The reason concerns the moment that matters most, which is the moment a server has just been throttled and is recovering. It should recover quickly, because for as long as it holds its limit low it refuses clients for no good reason. Netflix’s step of four adds the same amount whatever the limit, so the larger the server, the smaller that step is in proportion to its limit: four is four parts in a hundred when the limit is a hundred, but only four parts in ten thousand when the limit is ten thousand. The square root keeps far closer pace with the server — a tenth of the limit at a hundred, a hundredth at ten thousand — so a large server recovers much faster under Limen than under the fixed step.
Yet the square root grows more slowly than the limit itself — it is sublinear — and that is the reason for choosing it. A step that grew in direct proportion to the limit would recover fastest of all, and would also be reckless, for a single such step can carry the limit past the server’s true capacity and set it oscillating above and below. The square root takes most of the faster recovery and leaves the recklessness behind. Netflix’s fixed step remains available to anyone who prefers it.
Limen runs inside the server’s own process. It is not a separate service and adds no network hop; it reads its own counters and is consulted on whatever code path the application chooses. It depends on no particular RPC library, and asks only two things of the one it is wired into: that the library allow a request to be refused before its body is read, and that it allow a small handle to be carried from that early point through to the place where the request finishes. These two facilities are common, and gRPC, Thrift, and Cap’n Proto all provide them.
Refusing a request is deliberately cheap. When the limiter says no, the cost is a few of the lightest operations the processor offers, and then a return; no memory is set aside and no reading or writing is done. Admitting a request costs the same, with the single reading of a clock added to it.
Every signal Limen records is published through OpenTelemetry, the open standard for collecting such measurements, and is gathered on the collector’s own schedule rather than on the path of any request.

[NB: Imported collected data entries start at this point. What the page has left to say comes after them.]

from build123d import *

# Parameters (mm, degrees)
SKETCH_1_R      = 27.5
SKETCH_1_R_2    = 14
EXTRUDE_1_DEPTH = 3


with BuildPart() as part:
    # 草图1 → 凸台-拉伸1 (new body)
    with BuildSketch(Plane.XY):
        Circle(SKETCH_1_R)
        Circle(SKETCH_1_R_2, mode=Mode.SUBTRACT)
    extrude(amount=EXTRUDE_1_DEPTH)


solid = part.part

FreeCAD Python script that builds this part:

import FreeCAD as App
import Part
import Sketcher
Q = App.Units.Quantity

doc = App.newDocument("Part")
body = doc.addObject("PartDesign::Body", "Body")

# Sketch on XY plane
sketch1 = doc.addObject("Sketcher::SketchObject", "Sketch")
body.addObject(sketch1)
sketch1.AttachmentSupport = (doc.XY_Plane, [""])
sketch1.MapMode = "FlatFace"
sketch1.addGeometry([
    Part.Circle(App.Vector(0, 0, 0), App.Vector(0, 0, 1), 28),
    Part.Circle(App.Vector(0, 0, 0), App.Vector(0, 0, 1), 14),
], False)
sketch1.addConstraint([
    Sketcher.Constraint("Coincident", 0, 3, -1, 1),
    Sketcher.Constraint("Coincident", 1, 3, -1, 1),
    Sketcher.Constraint("Diameter", 0, Q("55 mm")),
    Sketcher.Constraint("Diameter", 1, Q("28 mm")),
])
pad1 = doc.addObject("PartDesign::Pad", "Pad")
body.addObject(pad1)
pad1.Profile = sketch1
pad1.Length = 3

doc.recompute()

An operator can therefore watch what Limen is doing — the limit it has settled on, the requests it has refused, the items CoDel has dropped — without that watching slowing the server down.
The adaptive limiter at the center of Limen is a port of Netflix’s concurrency-limits, which Netflix released in 2018 under the Apache 2.0 license. Limen carries the same license, and every file taken from the original keeps Netflix’s copyright notice and credits the source. The CoDel filter is not a port. It was written afresh, from the standard, and is our own work.
Limen is one piece of RowKeyDB, a database that speaks the Cloud Bigtable protocol and runs on any cloud or bare metal. We built Limen to keep the RowKeyDB server steady under load, and we held it to the standard we hold the database itself to. It was designed before it was written. About ninety-five percent of its lines are exercised by its tests, among them traffic simulations that drive it as real load would; every test is then run a second time under tools that watch for faults in memory and in the use of threads. Everything it does can be measured from the outside.
When we set out to build Limen, we looked for a C++ library that already did this — adaptive concurrency limiting and active queue management, both in the server’s own process and usable by any application — and we found none. So far as we know, it is still the only library of its kind. The problem it solves belongs to every server, not only to ours, and so we have made it open source.